Philadelphia Flyers (14-6-2, 30 points)
All’s been very well in Flyerdom so far this season. They’re tied for best record in the conference with the Capitals (whom they’ve recently beaten) and have the best goal differential in the entire league (+23). Claude Giroux has continued his breakout since the playoffs last year and Mike Richards is producing at more than a point per game pace. The Briere-Hartnell-Leino line never lost their chemistry from the playoffs. Even if they’re not scoring, they’re pinning the opponent deep in their own zone. Goals have not been a problem for the Flyers.

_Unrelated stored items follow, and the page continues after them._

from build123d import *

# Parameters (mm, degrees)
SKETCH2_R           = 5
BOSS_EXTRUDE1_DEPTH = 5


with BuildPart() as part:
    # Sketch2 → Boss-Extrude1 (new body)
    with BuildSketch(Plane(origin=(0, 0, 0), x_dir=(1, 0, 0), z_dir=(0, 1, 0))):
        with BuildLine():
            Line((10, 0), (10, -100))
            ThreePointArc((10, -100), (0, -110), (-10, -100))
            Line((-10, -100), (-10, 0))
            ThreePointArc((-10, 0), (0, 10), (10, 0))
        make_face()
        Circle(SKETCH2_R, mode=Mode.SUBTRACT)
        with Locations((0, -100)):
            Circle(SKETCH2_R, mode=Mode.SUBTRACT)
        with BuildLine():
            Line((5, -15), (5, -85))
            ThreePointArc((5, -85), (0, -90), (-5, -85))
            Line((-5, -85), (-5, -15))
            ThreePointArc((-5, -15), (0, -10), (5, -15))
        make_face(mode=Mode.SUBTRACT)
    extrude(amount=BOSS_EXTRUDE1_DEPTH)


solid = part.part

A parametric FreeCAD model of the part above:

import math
import FreeCAD as App
import Part
import Sketcher
Q = App.Units.Quantity

doc = App.newDocument("Part")
body = doc.addObject("PartDesign::Body", "Body")

sketch1 = doc.addObject("Sketcher::SketchObject", "Sketch")
body.addObject(sketch1)
sketch1.AttachmentSupport = (doc.XZ_Plane, [""])
sketch1.MapMode = "FlatFace"
sketch1.addGeometry(Part.LineSegment(App.Vector(10, 100, 0), App.Vector(10, 0, 0)), False)
sketch1.addGeometry(Part.ArcOfCircle(Part.Circle(App.Vector(0, 0, 0), App.Vector(0, 0, 1), 10), math.radians(180), math.radians(360)), False)
sketch1.addGeometry(Part.LineSegment(App.Vector(-10, 0, 0), App.Vector(-10, 100, 0)), False)
sketch1.addGeometry(Part.ArcOfCircle(Part.Circle(App.Vector(0, 100, 0), App.Vector(0, 0, 1), 10), math.radians(0), math.radians(180)), False)
sketch1.addGeometry(Part.Circle(App.Vector(0, 100, 0), App.Vector(0, 0, 1), 5), False)
sketch1.addGeometry(Part.LineSegment(App.Vector(5, 15, 0), App.Vector(5, 85, 0)), False)
sketch1.addGeometry(Part.ArcOfCircle(Part.Circle(App.Vector(0, 85, 0), App.Vector(0, 0, 1), 5), math.radians(0), math.radians(180)), False)
sketch1.addGeometry(Part.LineSegment(App.Vector(-5, 85, 0), App.Vector(-5, 15, 0)), False)
sketch1.addGeometry(Part.ArcOfCircle(Part.Circle(App.Vector(0, 15, 0), App.Vector(0, 0, 1), 5), math.radians(180), math.radians(360)), False)
sketch1.addGeometry(Part.Circle(App.Vector(0, 0, 0), App.Vector(0, 0, 1), 5), False)
sketch1.addConstraint(Sketcher.Constraint("Tangent", 0, 2, 1, 2))
sketch1.addConstraint(Sketcher.Constraint("Tangent", 1, 1, 2, 1))
sketch1.addConstraint(Sketcher.Constraint("Tangent", 2, 2, 3, 2))
sketch1.addConstraint(Sketcher.Constraint("Tangent", 3, 1, 0, 1))
sketch1.addConstraint(Sketcher.Constraint("Tangent", 5, 2, 6, 1))
sketch1.addConstraint(Sketcher.Constraint("Tangent", 6, 2, 7, 1))
sketch1.addConstraint(Sketcher.Constraint("Tangent", 7, 2, 8, 1))
sketch1.addConstraint(Sketcher.Constraint("Tangent", 8, 2, 5, 1))
sketch1.addConstraint(Sketcher.Constraint("Vertical", 0))
sketch1.addConstraint(Sketcher.Constraint("Vertical", 2))
sketch1.addConstraint(Sketcher.Constraint("Vertical", 5))
sketch1.addConstraint(Sketcher.Constraint("Vertical", 7))
sketch1.addConstraint(Sketcher.Constraint("Coincident", 1, 3, -1, 1))
sketch1.addConstraint(Sketcher.Constraint("Coincident", 9, 3, -1, 1))
sketch1.addConstraint(Sketcher.Constraint("Coincident", 4, 3, 3, 3))
sketch1.addConstraint(Sketcher.Constraint("Equal", 4, 6))
sketch1.addConstraint(Sketcher.Constraint("Equal", 8, 9))
sketch1.addConstraint(Sketcher.Constraint("PointOnObject", 6, 3, -2))
sketch1.addConstraint(Sketcher.Constraint("Diameter", 4, Q("10 mm")))
sketch1.addConstraint(Sketcher.Constraint("Radius", 1, Q("10 mm")))
sketch1.addConstraint(Sketcher.Constraint("DistanceY", 0, 2, 0, 1, Q("100 mm")))
sketch1.addConstraint(Sketcher.Constraint("DistanceY", 5, 1, 5, 2, Q("70 mm")))
sketch1.addConstraint(Sketcher.Constraint("DistanceY", -1, 1, 6, 3, Q("85 mm")))
pad1 = doc.addObject("PartDesign::Pad", "Pad")
body.addObject(pad1)
pad1.Profile = sketch1
pad1.Length = 5
pad1.Reversed = True

doc.recompute()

I sound like a broken record, but the headlines in Philly have been about the goaltending. Sergei Bobrovsky, signed as a free agent from Russia this past May, has taken the hockey world completely by surprise. He owns an excellent 11-3-1 record with a 2.29 GAA and .925 SV% so far and has at times dominated games. And while he’s gotten some nice goal support, he’s kept the team in games when the offense was sputtering in the beginning. But it also wouldn’t be fair to mention how good of a job the defense led by Chris Pronger has done. The pickups of Andrej Meszaros and Sean O’Donnell were severely underrated as both are in the top in the league in +/-…and they’re the third pairing.
This isn’t the first time that the Flyers have started out hot. The challenge will be to keep it up, which they haven’t always been able to do in the past.
Watch Sergei Bobrovsky. Is he the real deal and the anwer to the neverending goalie question for the Flyers or is he the product of an excellent defense in front of him and teams not having much of a scouting report on him?